• _Problem statement_
Below are some records; output exactly the lines from the line with "v47 (-41.833001,10,-45)" to the line with "face CYL(AX(P(-37.333,0,-22.5),D(0,-1,0),D(0,0,-1)),1.63195) rev", both ends kept, and nothing more.

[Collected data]
══════

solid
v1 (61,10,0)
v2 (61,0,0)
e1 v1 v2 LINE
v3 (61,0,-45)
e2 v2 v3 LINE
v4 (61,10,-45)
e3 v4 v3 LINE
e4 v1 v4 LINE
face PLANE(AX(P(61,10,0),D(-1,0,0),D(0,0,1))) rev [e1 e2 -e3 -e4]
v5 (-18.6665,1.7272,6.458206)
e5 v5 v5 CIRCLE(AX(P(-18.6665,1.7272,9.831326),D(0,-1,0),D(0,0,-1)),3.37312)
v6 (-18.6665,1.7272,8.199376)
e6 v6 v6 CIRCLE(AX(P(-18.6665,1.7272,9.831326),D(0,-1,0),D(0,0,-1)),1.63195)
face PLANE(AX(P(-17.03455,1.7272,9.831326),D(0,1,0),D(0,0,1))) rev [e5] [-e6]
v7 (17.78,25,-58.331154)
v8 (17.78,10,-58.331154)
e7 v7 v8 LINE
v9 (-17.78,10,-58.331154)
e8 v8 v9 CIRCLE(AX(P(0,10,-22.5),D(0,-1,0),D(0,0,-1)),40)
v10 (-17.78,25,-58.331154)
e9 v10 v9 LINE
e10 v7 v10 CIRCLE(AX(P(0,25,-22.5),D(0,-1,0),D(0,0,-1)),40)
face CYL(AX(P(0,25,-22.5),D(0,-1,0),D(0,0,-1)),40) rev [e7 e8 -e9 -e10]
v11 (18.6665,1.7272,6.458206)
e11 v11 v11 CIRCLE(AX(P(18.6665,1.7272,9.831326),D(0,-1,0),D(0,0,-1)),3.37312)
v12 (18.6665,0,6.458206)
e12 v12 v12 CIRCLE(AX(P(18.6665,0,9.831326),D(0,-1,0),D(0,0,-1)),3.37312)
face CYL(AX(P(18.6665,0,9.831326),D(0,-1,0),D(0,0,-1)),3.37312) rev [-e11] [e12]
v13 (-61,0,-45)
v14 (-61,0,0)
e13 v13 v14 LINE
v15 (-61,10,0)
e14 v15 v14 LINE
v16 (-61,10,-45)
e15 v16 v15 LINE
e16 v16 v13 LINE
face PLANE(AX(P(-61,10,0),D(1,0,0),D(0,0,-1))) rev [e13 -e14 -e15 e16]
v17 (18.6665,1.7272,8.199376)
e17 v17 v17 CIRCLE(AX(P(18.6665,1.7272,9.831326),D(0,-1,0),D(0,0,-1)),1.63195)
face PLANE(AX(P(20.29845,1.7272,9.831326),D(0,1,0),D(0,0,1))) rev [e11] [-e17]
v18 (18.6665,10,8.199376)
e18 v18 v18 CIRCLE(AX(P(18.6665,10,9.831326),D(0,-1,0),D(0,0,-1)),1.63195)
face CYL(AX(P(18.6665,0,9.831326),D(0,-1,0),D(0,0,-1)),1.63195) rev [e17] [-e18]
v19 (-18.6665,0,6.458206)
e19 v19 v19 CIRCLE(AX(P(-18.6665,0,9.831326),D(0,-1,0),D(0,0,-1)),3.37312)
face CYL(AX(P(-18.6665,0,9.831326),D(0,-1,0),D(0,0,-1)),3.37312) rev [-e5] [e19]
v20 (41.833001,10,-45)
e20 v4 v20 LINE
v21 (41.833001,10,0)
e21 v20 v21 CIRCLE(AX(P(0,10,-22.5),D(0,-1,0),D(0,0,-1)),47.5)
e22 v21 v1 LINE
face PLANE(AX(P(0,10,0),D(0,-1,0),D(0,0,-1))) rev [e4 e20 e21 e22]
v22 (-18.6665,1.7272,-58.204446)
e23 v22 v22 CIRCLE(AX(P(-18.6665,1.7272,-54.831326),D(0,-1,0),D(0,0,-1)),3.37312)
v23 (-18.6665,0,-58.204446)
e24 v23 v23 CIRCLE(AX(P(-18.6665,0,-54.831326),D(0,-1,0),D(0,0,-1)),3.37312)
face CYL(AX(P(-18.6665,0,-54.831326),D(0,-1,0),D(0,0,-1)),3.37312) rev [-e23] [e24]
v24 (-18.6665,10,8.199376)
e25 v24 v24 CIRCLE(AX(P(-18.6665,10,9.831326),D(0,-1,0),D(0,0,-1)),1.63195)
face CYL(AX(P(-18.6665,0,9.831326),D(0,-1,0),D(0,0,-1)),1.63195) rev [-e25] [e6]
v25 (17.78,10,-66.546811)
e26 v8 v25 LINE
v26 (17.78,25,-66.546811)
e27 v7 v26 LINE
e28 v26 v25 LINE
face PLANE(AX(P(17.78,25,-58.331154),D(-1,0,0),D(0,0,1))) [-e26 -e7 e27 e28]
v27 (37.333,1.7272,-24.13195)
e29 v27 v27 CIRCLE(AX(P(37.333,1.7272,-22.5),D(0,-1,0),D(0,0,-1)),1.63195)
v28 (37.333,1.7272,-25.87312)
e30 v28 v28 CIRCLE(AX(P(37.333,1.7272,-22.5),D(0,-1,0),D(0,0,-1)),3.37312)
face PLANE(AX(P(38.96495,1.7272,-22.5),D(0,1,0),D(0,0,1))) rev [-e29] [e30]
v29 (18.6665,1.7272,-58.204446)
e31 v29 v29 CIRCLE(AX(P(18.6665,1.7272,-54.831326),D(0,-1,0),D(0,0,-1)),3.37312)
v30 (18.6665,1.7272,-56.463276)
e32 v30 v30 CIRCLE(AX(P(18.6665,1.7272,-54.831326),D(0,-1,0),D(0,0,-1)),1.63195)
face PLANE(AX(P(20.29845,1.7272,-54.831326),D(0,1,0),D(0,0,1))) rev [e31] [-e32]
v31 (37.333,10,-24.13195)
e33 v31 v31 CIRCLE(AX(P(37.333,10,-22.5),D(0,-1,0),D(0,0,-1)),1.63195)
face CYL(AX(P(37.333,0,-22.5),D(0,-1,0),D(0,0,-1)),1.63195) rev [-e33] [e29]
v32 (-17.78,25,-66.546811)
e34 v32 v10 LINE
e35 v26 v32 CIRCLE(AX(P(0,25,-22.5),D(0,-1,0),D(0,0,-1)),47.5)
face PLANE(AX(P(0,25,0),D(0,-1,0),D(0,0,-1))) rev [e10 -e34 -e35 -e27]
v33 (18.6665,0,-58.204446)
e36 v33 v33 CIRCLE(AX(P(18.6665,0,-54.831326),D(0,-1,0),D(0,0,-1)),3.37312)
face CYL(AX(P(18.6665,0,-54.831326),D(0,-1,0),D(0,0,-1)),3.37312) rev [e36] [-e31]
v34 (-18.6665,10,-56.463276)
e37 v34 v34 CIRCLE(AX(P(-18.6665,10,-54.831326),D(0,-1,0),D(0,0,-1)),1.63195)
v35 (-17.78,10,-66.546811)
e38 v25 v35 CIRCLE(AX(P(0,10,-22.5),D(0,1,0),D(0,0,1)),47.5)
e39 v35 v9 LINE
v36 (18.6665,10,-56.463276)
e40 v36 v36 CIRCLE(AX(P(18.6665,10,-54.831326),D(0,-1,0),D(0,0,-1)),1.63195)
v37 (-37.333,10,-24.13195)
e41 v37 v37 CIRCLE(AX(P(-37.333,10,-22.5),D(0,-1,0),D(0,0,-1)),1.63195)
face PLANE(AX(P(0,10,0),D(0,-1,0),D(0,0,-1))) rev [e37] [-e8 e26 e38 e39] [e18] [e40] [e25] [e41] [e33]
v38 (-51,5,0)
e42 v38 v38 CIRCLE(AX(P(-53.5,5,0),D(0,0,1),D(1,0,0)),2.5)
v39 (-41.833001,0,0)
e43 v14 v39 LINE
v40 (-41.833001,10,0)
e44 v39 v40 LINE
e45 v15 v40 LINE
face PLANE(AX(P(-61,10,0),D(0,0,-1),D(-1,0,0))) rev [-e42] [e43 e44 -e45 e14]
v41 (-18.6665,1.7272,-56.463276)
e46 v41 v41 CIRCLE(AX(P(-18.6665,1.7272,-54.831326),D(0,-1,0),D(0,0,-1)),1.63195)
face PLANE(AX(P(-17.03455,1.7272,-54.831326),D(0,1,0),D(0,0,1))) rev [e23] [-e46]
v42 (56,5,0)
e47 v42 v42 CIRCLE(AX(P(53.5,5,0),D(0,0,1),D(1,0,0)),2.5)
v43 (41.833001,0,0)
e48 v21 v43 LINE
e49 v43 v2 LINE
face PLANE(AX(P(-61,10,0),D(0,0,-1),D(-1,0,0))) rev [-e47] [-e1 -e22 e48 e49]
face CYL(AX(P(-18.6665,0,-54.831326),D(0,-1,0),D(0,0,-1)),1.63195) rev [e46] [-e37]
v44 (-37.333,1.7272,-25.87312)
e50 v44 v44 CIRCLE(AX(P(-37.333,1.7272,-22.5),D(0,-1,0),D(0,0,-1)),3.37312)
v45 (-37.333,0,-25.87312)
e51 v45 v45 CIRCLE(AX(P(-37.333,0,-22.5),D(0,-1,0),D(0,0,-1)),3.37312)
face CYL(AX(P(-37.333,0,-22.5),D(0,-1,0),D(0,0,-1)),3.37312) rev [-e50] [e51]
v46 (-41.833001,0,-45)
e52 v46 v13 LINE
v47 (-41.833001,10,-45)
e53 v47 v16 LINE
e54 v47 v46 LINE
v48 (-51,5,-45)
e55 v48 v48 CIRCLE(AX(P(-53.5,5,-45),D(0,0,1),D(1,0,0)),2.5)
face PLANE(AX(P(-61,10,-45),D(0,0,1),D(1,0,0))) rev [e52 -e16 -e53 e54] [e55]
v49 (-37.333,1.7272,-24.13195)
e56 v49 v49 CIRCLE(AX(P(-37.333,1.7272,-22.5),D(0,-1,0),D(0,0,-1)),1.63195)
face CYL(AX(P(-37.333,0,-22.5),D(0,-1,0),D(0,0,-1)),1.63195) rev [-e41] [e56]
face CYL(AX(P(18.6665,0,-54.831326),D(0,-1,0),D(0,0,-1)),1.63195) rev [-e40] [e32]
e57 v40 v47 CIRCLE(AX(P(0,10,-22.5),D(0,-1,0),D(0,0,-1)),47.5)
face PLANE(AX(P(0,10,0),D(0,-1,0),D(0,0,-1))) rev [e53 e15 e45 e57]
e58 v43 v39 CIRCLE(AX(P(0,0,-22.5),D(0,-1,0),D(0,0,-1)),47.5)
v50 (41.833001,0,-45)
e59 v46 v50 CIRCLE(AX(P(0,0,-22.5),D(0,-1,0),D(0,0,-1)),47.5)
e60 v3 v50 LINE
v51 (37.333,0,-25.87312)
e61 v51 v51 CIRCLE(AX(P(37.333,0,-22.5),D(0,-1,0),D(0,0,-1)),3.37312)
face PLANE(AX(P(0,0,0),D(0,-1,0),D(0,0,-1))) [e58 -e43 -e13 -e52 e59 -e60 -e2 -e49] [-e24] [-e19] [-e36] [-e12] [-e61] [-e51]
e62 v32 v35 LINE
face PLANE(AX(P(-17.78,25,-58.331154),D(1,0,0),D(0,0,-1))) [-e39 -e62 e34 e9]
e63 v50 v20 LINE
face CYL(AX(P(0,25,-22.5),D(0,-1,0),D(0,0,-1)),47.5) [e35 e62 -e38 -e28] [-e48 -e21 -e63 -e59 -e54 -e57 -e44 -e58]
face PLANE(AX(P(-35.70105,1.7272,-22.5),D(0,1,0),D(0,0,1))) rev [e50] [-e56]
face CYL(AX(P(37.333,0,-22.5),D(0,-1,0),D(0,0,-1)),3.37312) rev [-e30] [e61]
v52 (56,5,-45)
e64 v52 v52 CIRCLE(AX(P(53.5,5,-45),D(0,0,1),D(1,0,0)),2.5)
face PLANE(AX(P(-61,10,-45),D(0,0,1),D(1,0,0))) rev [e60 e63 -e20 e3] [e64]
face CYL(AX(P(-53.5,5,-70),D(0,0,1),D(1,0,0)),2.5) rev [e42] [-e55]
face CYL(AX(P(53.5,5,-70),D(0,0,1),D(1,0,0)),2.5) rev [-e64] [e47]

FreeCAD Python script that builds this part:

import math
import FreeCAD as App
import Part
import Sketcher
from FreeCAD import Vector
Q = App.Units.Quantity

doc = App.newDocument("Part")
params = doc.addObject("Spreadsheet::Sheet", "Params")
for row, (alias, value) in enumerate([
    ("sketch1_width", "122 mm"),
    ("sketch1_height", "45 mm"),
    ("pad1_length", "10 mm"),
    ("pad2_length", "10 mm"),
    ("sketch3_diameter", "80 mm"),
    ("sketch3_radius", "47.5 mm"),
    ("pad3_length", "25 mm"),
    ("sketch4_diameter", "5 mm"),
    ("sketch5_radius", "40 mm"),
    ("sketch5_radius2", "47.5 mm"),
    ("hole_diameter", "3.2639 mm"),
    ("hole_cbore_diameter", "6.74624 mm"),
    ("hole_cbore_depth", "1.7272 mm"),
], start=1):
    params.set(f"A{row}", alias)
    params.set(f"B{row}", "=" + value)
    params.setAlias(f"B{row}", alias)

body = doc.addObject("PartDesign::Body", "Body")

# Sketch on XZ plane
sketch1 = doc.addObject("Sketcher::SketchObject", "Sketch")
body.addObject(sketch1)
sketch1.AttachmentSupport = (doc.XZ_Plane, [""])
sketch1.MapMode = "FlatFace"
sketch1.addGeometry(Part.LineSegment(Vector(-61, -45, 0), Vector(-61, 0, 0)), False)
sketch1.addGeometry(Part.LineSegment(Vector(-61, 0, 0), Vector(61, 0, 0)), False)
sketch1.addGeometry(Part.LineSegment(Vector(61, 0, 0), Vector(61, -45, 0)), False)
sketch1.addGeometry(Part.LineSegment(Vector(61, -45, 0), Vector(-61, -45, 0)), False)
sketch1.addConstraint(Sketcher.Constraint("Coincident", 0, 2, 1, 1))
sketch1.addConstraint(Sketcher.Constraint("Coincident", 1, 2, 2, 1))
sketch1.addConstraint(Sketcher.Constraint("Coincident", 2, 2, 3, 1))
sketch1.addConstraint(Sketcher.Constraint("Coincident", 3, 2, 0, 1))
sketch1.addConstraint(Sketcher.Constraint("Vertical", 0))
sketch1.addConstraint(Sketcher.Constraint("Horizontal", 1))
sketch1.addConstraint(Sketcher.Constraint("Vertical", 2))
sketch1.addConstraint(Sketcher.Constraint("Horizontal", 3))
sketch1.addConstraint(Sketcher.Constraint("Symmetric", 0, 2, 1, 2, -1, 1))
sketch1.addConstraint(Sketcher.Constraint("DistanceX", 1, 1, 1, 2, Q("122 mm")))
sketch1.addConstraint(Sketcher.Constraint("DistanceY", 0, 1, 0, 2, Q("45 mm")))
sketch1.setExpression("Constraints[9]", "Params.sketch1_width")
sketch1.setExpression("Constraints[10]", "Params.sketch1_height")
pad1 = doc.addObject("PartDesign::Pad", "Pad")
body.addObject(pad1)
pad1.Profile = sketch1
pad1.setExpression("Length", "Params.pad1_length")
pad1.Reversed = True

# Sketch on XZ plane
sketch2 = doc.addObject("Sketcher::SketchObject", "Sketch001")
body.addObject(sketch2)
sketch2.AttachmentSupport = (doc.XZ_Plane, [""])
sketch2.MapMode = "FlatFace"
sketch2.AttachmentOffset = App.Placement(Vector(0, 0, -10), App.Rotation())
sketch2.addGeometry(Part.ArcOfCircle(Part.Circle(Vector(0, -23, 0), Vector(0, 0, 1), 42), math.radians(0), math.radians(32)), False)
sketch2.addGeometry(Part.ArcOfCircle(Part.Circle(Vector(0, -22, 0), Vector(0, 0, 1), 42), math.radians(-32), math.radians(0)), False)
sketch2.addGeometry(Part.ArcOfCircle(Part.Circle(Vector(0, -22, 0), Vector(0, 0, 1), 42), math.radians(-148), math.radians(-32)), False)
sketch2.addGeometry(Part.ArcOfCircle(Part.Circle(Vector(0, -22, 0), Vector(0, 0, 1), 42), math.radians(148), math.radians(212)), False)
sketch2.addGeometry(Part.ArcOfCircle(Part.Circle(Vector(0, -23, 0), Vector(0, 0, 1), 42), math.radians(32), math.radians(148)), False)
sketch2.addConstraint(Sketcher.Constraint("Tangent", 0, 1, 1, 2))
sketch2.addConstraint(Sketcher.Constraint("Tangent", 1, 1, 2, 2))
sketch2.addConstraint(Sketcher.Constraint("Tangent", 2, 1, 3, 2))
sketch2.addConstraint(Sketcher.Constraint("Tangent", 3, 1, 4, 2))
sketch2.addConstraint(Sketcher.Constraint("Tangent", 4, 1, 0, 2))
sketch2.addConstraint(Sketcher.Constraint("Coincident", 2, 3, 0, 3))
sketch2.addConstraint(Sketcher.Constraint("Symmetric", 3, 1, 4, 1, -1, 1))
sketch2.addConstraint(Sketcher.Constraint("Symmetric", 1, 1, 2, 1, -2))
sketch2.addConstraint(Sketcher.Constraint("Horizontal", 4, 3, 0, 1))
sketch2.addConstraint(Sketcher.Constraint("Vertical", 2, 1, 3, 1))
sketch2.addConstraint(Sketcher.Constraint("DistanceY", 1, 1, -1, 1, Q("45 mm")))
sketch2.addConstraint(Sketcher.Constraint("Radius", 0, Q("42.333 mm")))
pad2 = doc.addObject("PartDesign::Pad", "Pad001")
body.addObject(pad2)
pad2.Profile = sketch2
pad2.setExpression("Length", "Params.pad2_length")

══════

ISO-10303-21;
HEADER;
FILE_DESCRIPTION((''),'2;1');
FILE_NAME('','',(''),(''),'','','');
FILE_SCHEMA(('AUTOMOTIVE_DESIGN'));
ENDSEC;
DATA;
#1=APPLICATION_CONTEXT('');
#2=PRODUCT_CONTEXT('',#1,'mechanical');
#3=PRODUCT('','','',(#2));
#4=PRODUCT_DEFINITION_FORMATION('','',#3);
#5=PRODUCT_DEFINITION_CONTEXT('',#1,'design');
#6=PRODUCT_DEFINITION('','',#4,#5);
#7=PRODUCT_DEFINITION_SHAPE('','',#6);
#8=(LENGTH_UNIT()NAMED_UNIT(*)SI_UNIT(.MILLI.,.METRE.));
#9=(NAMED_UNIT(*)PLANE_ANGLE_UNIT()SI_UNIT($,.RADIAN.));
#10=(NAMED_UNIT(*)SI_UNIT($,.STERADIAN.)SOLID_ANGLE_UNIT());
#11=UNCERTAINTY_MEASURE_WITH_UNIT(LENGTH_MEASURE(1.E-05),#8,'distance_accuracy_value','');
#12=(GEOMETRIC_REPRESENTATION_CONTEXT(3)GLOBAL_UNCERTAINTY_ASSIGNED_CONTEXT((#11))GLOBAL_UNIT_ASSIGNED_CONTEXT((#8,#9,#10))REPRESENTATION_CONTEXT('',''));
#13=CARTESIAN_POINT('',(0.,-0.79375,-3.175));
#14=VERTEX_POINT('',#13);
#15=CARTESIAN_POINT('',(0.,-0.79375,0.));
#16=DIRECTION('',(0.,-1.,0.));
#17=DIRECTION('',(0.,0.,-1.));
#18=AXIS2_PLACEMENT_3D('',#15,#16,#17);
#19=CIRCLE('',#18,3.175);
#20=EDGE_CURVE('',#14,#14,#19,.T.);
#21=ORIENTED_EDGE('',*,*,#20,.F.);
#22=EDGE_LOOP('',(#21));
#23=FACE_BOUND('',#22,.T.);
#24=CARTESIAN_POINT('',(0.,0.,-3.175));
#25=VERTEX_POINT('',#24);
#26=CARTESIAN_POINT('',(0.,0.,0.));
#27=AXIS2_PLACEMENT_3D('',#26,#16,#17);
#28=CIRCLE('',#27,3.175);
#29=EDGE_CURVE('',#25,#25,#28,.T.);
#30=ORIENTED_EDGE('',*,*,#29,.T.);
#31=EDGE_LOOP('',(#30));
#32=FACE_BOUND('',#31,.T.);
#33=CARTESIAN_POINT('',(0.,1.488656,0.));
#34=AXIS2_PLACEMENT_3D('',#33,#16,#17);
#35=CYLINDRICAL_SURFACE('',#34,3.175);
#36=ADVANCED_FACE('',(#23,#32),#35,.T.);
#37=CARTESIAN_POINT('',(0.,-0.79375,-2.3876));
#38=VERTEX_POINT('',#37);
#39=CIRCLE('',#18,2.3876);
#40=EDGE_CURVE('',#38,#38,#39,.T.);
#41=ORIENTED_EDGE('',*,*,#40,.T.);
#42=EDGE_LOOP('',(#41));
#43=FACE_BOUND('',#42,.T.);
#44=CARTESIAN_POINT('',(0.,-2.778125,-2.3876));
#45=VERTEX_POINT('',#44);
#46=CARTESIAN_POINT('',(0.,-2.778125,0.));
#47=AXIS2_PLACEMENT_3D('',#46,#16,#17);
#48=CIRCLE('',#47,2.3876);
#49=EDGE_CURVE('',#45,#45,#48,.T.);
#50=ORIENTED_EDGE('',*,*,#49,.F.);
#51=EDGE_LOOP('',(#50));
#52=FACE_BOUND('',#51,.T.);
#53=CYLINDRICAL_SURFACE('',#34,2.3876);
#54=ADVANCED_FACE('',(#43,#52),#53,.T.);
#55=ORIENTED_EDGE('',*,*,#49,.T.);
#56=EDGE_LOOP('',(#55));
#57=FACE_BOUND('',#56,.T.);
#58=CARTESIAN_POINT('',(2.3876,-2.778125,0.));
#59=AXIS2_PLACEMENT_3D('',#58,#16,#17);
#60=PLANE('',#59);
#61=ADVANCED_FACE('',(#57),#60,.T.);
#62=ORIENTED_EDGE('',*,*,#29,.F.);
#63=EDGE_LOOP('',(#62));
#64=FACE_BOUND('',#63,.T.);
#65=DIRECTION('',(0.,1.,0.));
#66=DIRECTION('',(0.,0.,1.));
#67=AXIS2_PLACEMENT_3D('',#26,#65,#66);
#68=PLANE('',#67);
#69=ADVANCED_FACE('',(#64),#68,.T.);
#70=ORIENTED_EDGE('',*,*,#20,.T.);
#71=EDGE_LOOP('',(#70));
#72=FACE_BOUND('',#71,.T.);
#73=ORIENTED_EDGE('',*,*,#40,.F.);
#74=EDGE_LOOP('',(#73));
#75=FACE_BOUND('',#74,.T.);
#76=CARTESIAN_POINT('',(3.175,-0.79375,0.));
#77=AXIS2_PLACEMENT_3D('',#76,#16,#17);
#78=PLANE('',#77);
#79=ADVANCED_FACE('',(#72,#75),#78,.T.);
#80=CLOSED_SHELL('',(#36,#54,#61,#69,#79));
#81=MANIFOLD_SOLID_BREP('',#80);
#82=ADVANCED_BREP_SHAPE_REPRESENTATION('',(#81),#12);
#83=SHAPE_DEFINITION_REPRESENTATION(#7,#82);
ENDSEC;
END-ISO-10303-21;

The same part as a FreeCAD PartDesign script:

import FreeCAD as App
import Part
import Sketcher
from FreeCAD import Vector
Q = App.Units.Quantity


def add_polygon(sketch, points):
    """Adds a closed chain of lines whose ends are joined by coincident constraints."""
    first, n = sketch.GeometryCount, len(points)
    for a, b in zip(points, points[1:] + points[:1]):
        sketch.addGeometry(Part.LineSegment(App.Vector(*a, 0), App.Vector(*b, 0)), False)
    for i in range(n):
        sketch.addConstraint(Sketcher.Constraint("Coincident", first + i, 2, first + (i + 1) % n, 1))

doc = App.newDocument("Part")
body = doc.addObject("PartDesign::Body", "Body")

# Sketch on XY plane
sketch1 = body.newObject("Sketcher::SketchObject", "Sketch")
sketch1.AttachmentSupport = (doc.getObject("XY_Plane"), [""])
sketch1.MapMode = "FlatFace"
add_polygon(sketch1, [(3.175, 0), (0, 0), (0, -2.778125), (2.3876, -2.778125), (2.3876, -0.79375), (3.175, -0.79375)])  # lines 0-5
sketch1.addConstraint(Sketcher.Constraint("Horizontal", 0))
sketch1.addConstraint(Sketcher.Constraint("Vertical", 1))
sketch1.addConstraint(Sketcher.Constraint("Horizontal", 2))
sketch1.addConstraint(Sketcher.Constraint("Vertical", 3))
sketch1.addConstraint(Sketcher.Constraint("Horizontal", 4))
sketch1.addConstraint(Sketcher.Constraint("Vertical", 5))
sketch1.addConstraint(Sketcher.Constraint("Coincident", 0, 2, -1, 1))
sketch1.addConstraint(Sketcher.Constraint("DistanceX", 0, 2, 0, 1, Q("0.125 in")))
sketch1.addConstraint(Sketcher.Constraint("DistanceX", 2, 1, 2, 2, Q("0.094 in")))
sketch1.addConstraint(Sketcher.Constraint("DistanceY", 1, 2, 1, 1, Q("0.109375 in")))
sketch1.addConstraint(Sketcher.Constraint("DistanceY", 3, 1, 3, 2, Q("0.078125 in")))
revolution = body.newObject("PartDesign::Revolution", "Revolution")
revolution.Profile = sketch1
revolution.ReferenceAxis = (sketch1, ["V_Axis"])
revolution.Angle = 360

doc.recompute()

══════

• _Response for this exercise_
v47 (-41.833001,10,-45)
e53 v47 v16 LINE
e54 v47 v46 LINE
v48 (-51,5,-45)
e55 v48 v48 CIRCLE(AX(P(-53.5,5,-45),D(0,0,1),D(1,0,0)),2.5)
face PLANE(AX(P(-61,10,-45),D(0,0,1),D(1,0,0))) rev [e52 -e16 -e53 e54] [e55]
v49 (-37.333,1.7272,-24.13195)
e56 v49 v49 CIRCLE(AX(P(-37.333,1.7272,-22.5),D(0,-1,0),D(0,0,-1)),1.63195)
face CYL(AX(P(-37.333,0,-22.5),D(0,-1,0),D(0,0,-1)),1.63195) rev [-e41] [e56]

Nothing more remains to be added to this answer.